* Problem to solve *
Copy word for word the lines from the start of the records through the line that contains "v 108.853 2.073 12", both included.

+--

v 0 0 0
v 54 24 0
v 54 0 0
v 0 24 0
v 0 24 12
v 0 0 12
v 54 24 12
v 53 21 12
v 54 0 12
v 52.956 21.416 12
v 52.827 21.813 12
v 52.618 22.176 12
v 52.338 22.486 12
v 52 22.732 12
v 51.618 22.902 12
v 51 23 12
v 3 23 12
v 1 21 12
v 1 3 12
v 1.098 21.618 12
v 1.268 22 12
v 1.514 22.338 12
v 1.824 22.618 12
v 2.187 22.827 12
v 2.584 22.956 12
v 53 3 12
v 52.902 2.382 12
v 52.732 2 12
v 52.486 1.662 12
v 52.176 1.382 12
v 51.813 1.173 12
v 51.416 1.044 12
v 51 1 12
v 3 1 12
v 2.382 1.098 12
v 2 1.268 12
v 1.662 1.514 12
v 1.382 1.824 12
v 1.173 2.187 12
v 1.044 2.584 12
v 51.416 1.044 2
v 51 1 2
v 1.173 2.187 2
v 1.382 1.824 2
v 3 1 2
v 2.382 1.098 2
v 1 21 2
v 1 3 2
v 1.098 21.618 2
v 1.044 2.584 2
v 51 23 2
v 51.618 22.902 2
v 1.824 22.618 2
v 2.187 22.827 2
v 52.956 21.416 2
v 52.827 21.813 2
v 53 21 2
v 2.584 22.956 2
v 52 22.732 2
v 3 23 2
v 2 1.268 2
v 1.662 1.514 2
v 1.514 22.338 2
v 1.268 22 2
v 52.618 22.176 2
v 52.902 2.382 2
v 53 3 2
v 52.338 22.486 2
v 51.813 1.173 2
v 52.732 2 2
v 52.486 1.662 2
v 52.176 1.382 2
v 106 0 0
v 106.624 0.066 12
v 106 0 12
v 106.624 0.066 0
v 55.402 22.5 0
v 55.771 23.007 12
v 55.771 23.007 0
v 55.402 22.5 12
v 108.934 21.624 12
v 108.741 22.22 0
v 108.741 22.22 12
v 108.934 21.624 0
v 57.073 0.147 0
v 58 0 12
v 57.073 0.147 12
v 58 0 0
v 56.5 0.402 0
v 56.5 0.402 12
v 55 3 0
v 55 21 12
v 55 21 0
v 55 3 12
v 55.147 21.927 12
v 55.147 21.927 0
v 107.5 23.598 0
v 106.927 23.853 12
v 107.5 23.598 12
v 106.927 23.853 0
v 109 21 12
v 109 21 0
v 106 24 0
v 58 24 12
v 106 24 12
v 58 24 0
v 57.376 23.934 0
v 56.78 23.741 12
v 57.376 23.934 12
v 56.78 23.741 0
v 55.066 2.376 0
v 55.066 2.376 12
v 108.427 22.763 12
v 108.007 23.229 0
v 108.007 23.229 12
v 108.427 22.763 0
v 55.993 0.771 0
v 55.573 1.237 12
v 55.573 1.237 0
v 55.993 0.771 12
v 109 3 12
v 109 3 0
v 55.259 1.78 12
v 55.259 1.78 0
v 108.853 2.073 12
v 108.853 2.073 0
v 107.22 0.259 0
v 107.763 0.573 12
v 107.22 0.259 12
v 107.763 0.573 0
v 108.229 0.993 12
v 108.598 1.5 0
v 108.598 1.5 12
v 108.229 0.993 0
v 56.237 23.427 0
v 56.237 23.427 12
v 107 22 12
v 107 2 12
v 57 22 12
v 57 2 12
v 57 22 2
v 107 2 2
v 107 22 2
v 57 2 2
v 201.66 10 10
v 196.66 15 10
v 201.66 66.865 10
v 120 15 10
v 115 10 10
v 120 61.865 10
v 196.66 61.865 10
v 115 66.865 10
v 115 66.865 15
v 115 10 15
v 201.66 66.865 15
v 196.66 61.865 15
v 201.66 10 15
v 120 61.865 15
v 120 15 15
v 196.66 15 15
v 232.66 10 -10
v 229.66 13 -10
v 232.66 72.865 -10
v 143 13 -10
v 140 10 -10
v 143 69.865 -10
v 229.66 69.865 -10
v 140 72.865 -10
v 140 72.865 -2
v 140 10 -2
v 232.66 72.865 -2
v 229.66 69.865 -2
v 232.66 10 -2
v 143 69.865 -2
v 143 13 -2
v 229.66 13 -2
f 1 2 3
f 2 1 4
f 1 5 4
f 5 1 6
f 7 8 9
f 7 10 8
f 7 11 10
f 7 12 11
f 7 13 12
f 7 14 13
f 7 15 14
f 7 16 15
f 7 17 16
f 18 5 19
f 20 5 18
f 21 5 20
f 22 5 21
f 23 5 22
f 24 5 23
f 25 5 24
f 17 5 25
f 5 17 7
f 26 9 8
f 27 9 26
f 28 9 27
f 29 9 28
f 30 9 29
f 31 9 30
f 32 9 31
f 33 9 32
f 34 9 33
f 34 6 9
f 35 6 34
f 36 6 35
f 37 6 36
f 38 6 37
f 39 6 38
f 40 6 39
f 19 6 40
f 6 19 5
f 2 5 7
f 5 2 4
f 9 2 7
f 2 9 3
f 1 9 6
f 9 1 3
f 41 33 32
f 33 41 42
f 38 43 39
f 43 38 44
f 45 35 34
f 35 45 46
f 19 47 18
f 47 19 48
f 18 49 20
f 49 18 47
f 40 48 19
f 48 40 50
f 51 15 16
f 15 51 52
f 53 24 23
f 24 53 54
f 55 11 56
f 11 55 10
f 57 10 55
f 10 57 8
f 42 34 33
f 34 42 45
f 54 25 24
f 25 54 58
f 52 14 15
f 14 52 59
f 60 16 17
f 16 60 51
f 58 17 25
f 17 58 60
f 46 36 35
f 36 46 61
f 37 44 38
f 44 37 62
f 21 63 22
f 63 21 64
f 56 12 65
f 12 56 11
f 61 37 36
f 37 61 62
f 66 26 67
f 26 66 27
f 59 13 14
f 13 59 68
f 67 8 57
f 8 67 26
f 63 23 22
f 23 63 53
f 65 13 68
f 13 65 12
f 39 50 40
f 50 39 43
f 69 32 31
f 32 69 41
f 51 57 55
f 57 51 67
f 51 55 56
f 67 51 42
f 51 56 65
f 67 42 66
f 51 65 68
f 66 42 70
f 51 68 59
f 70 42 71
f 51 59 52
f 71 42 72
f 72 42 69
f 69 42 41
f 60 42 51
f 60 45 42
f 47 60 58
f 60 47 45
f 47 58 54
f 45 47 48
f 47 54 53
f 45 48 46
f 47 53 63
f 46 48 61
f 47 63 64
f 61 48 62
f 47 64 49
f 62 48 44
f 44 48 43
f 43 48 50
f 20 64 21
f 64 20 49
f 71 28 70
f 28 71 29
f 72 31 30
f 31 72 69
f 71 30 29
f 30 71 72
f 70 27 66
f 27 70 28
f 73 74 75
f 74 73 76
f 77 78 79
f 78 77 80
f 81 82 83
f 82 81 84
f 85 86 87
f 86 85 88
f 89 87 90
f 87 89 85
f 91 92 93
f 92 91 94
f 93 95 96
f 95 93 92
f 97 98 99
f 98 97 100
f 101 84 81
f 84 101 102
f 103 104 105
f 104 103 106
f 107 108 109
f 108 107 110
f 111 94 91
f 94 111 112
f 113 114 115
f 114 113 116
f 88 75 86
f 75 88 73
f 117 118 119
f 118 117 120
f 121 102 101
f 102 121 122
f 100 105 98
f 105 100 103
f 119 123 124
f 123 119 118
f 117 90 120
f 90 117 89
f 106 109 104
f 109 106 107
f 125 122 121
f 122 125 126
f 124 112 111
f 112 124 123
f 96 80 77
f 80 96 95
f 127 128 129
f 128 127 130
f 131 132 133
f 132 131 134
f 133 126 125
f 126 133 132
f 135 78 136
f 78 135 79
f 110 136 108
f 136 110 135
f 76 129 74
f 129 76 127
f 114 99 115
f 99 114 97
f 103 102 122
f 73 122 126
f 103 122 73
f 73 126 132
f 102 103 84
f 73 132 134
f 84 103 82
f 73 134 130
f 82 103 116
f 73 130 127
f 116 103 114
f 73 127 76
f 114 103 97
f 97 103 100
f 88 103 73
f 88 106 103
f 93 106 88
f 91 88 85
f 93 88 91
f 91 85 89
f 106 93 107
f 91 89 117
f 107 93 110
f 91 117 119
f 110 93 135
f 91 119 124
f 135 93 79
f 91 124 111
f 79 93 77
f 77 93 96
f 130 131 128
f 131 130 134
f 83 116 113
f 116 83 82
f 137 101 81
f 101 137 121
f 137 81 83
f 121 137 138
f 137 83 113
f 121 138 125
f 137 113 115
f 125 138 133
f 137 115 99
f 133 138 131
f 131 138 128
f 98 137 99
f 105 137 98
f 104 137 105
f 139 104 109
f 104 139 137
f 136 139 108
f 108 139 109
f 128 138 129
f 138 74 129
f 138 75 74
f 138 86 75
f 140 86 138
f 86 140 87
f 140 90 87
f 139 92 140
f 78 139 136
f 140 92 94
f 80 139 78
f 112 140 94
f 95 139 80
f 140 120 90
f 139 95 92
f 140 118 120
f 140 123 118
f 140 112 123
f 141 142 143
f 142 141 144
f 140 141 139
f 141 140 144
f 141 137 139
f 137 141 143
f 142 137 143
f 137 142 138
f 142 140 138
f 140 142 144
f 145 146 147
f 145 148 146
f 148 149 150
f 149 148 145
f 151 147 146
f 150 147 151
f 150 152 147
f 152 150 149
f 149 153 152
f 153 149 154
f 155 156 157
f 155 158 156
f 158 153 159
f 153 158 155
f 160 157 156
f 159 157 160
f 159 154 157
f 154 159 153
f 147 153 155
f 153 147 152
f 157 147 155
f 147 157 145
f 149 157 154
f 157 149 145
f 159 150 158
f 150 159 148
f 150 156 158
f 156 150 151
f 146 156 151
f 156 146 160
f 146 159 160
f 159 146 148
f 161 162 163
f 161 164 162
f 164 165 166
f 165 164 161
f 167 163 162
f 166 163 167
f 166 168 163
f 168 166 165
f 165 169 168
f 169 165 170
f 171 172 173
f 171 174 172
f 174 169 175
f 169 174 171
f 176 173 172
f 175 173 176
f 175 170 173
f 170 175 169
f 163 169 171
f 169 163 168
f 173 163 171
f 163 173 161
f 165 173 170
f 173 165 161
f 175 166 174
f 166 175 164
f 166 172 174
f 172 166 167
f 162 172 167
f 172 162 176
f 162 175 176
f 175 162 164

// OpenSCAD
module tube (r = 0, d = 0, l = 0, 
            thick = 0, 
            bCentered = true, 
            taper_pct = 0, 
            circlip = false) // r=radius d=dia l=length 
{
    assert( r != 0 || d != 0, "specify one of radius or diameter");
    assert( l != 0 , "tube: need length 'l' to be non zero");
    assert( thick != 0, "wall thickness cannot be zero");

    punch = $preview ? .2 : 0; // stop funny view artifact

    dia = r ? r * 2 : d;

    od = ((thick > 0) ? dia + thick * 2 : dia);
    id = (thick > 0) ? dia             : dia  + thick *2; 

    
    
    if (thick > 0)
        echo ("tube\tMIN id = ", id, "od = ", od, "wall = ", thick, "center= ", bCentered);
    else
        echo ("tube\tMAX od = ", od, "id = ", id, "wall = ", thick, "center= ", bCentered);

    echo ("tube\tHeigth = ", l);
        
    if (taper_pct != 0)
    {
        echo ("tube\t*** OD expanded by ", taper_pct, "%, : bottom od = ", od * (1. +taper_pct/100), "top od = ", od);
    }
    
    assert(dia || dia < 0, "tube : missing r or d ");
    
    // if taper_pct specified, the base will always be closest to 0,0,0
    translate([ 0, 0, taper_pct == 0 ? 0: bCentered ? l/2:l  ])
    rotate([0, taper_pct == 0 ? 0 : 180, 0 ])

    difference()
    {
        // make a reese's cup
        {
            color("YELLOW", .3)
            linear_extrude(height= l, scale = 1 + taper_pct/100)
                difference()
                {
                    circle(d = od);
                    circle(d = .5);
                }
        }
    
     // hollow out reessed cup
     color("GREEN")
     translate([0, 0, -punch/2])
     linear_extrude(height= l+ punch*2, $fn=100)
     {
        circle(d = id);
        if (circlip) #square([1 + punch, od ]);
     }
    
    }
}
//==============================================================================
        
module abox (dims, 
            thick = 0, 
            bCentered = true, 
            round_out = 0, 
            round_in = 0, 
            bSolid = false,
            bHollow = false,
            elevator = 0)   // move bottom up by X
{
    punch = $preview ? .1 : 0; // stop funny view artifact
    
    assert(thick != 0, "Thick must be specified. +=outside dim, -= inside dims");
    assert(dims.z > thick, "wall thickness too large for depth of box");

    wall2 = abs(thick) * 2; // 2 walls in each direction
    wall = wall2 / 2;
    
    // box either grows inward (thick < 0) or outward (thick > 0)  from dims
    fat = dims + [ wall2, wall2, wall];
    thin = dims - [ wall2, wall2, wall];
    
    offset = (thick > 0 && bCentered == false) ? wall : 0;
    
    //echo ("abox : adjusting x,y,z by ", offset, " to move origin from  center to 0,0,0");
    translate( [ bCentered ? 0 : dims.x /2 + offset, bCentered ? 0 : dims.y /2 + offset, bCentered ? 0 : dims.z /2 + offset/2]) 
    {
        if (thick > 0)
        {   
            // wall grows outwards from users dim
            echo ("making a box, MAX INSIDE dim = ", dims, "a wall=", thick, "mm ... max outside = ", fat, " mm");
        }
        else
        {
            // wall grows inward from users dime
            echo ("making a box, MAX OUTSIDE dim = ", dims, "a wall=", thick, "mm ... min inside = ", thin, " mm");
        }
        
        // linear extrude alway works in the positive x/y plane an goes upward.
        // after calc, re-center about 0,0,0 where a bCentered cube would be
        
        translate([ 0, 0, thick > 0  ? -fat.z/2 : -dims.z/2 ])
        difference()
        {
            echo ("round_out = ", round_out);

            // MAKE SOLID BOX --------------------------------------
            router_outside = round_out ? round_out : 0;
            x = thick > 0  ? fat.x - router_outside : dims.x - router_outside;
            y = thick > 0  ? fat.y - router_outside : dims.y - router_outside;


            // MAKE PUCHNED INSIDE
            // using 'offset' it will add r on all dimensions, then round., 
            // so now you have fatter perimeter than you started with :(
            //  but at least the corners are round.
            
            // Compensate by shrinking dimension by r, 
            // and then by calling offset, offset will then add it back

            color("YELLOW", .2)

            linear_extrude(thick > 0  ? fat.z : dims.z)
            if (round_out)
            {
                offset( r= round_out, $fn=30)
                square( [x - router_outside, y - router_outside], true);
            }
            else square( [x - router_outside, y - router_outside], true);
           
            // time to punch out the inside if requested.
            if (bSolid == false)
            {
                hollow_offset = bHollow ? fat.z/2 + .2  : dims.z/2 +.2;
                // punching out inside. its either dims or thin.
                router_inside = round_in;
                echo ("round_in = ", router_inside);
                xi = thick > 0  ? dims.x  : thin.x;
                yi = thick > 0  ? dims.y : thin.y ;

                color("GREEN")

                // move 'punch' up if you need a bottom else zero (hollowed out)

                translate([ 0,0, bHollow ? -.1 : wall + elevator]) 
                linear_extrude(thick > 0  ? fat.z - wall  + hollow_offset : dims.z - wall + hollow_offset)
                //#linear_extrude(fat.z - wall  + hollow_offset)
                
                if (round_in) 
                {
                    offset( r= round_in, $fn=30)
                    square( [ xi - router_inside, yi - router_inside], true);
                }
                else
                    square( [ xi, yi], true);
            }
        }
    }
 }


// 50x25x10 box walls grow inward (-2). on center origin midpoint
// rounded outside (default), sharp corner inside(default), bCentered about 0,0,0
//color("GREEN", .9)
//abox([50,25, 10], -2, true); 


// 50x25x10 box walls grow inward (-2). on center origin midpoint
// sharp outside corners, rounded inside corners. Sit on x,y plane
color("BLUE", .9)
abox([50,20, 10], +2, round_in=2, bCentered = false);  // 50x25x10 box inside dim origin has 0,0


// 50x25x10 box walls grow inward (-2). on center origin midpoint
// sharp corners inside and out. sits on x,y plane
color("GREY", .9)//
translate([ 55, 0, 0])      
abox([50,20, 10], +2, round_out=3, false);

color("PINK", .9)//
translate([ 115, 10, 10])      
abox([86.66, 56.865, 5], -5, bHollow = true, bCentered = false); 

color("GREEN", .9)//
translate([ 140, 10, -10])      
abox([86.66, 56.865, 5], 3, bHollow = true, bCentered = false); 

/*
// 50x25x10 box walls grow inward (-2). on center origin midpoint
// round corners outside and SOLID
color("BLUE", .9)//
translate([ 55, 0, 0])      
abox([50,25, 10], +2, round_out=2, round_in=0, false, bSolid = true); // 50x25x10 box outside dim origin is 0,0
*/

//translate ([-30,-30, 0])
{
/*
    // tube outer dia  20, inner dia = (20 - 8)
    color("PINK")
    tube (d = 20, l = 20, thick = -8, bCentered = false);

    // tube, inner dia = (2* 10), outer dia = ((2*10) + 2) 
    color("PURPLE", .3)
    tube (r = 10, l = 20, thick = +2, bCentered= true);
*/
/*
    tube (d = 60, l = 20, thick = -6, bCentered = false);

    translate([0, 0, 50])
    tube (d = 60, l = 20, thick = -6, bCentered = false, taper_pct = 20, circlip = true);
    //color("GREEN")
    //tube (d = 20, l = 20, thick = -2, bCentered = false, taper = 10, circlip = true);
*/

}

+--

* Written reply *
v 0 0 0
v 54 24 0
v 54 0 0
v 0 24 0
v 0 24 12
v 0 0 12
v 54 24 12
v 53 21 12
v 54 0 12
v 52.956 21.416 12
v 52.827 21.813 12
v 52.618 22.176 12
v 52.338 22.486 12
v 52 22.732 12
v 51.618 22.902 12
v 51 23 12
v 3 23 12
v 1 21 12
v 1 3 12
v 1.098 21.618 12
v 1.268 22 12
v 1.514 22.338 12
v 1.824 22.618 12
v 2.187 22.827 12
v 2.584 22.956 12
v 53 3 12
v 52.902 2.382 12
v 52.732 2 12
v 52.486 1.662 12
v 52.176 1.382 12
v 51.813 1.173 12
v 51.416 1.044 12
v 51 1 12
v 3 1 12
v 2.382 1.098 12
v 2 1.268 12
v 1.662 1.514 12
v 1.382 1.824 12
v 1.173 2.187 12
v 1.044 2.584 12
v 51.416 1.044 2
v 51 1 2
v 1.173 2.187 2
v 1.382 1.824 2
v 3 1 2
v 2.382 1.098 2
v 1 21 2
v 1 3 2
v 1.098 21.618 2
v 1.044 2.584 2
v 51 23 2
v 51.618 22.902 2
v 1.824 22.618 2
v 2.187 22.827 2
v 52.956 21.416 2
v 52.827 21.813 2
v 53 21 2
v 2.584 22.956 2
v 52 22.732 2
v 3 23 2
v 2 1.268 2
v 1.662 1.514 2
v 1.514 22.338 2
v 1.268 22 2
v 52.618 22.176 2
v 52.902 2.382 2
v 53 3 2
v 52.338 22.486 2
v 51.813 1.173 2
v 52.732 2 2
v 52.486 1.662 2
v 52.176 1.382 2
v 106 0 0
v 106.624 0.066 12
v 106 0 12
v 106.624 0.066 0
v 55.402 22.5 0
v 55.771 23.007 12
v 55.771 23.007 0
v 55.402 22.5 12
v 108.934 21.624 12
v 108.741 22.22 0
v 108.741 22.22 12
v 108.934 21.624 0
v 57.073 0.147 0
v 58 0 12
v 57.073 0.147 12
v 58 0 0
v 56.5 0.402 0
v 56.5 0.402 12
v 55 3 0
v 55 21 12
v 55 21 0
v 55 3 12
v 55.147 21.927 12
v 55.147 21.927 0
v 107.5 23.598 0
v 106.927 23.853 12
v 107.5 23.598 12
v 106.927 23.853 0
v 109 21 12
v 109 21 0
v 106 24 0
v 58 24 12
v 106 24 12
v 58 24 0
v 57.376 23.934 0
v 56.78 23.741 12
v 57.376 23.934 12
v 56.78 23.741 0
v 55.066 2.376 0
v 55.066 2.376 12
v 108.427 22.763 12
v 108.007 23.229 0
v 108.007 23.229 12
v 108.427 22.763 0
v 55.993 0.771 0
v 55.573 1.237 12
v 55.573 1.237 0
v 55.993 0.771 12
v 109 3 12
v 109 3 0
v 55.259 1.78 12
v 55.259 1.78 0
v 108.853 2.073 12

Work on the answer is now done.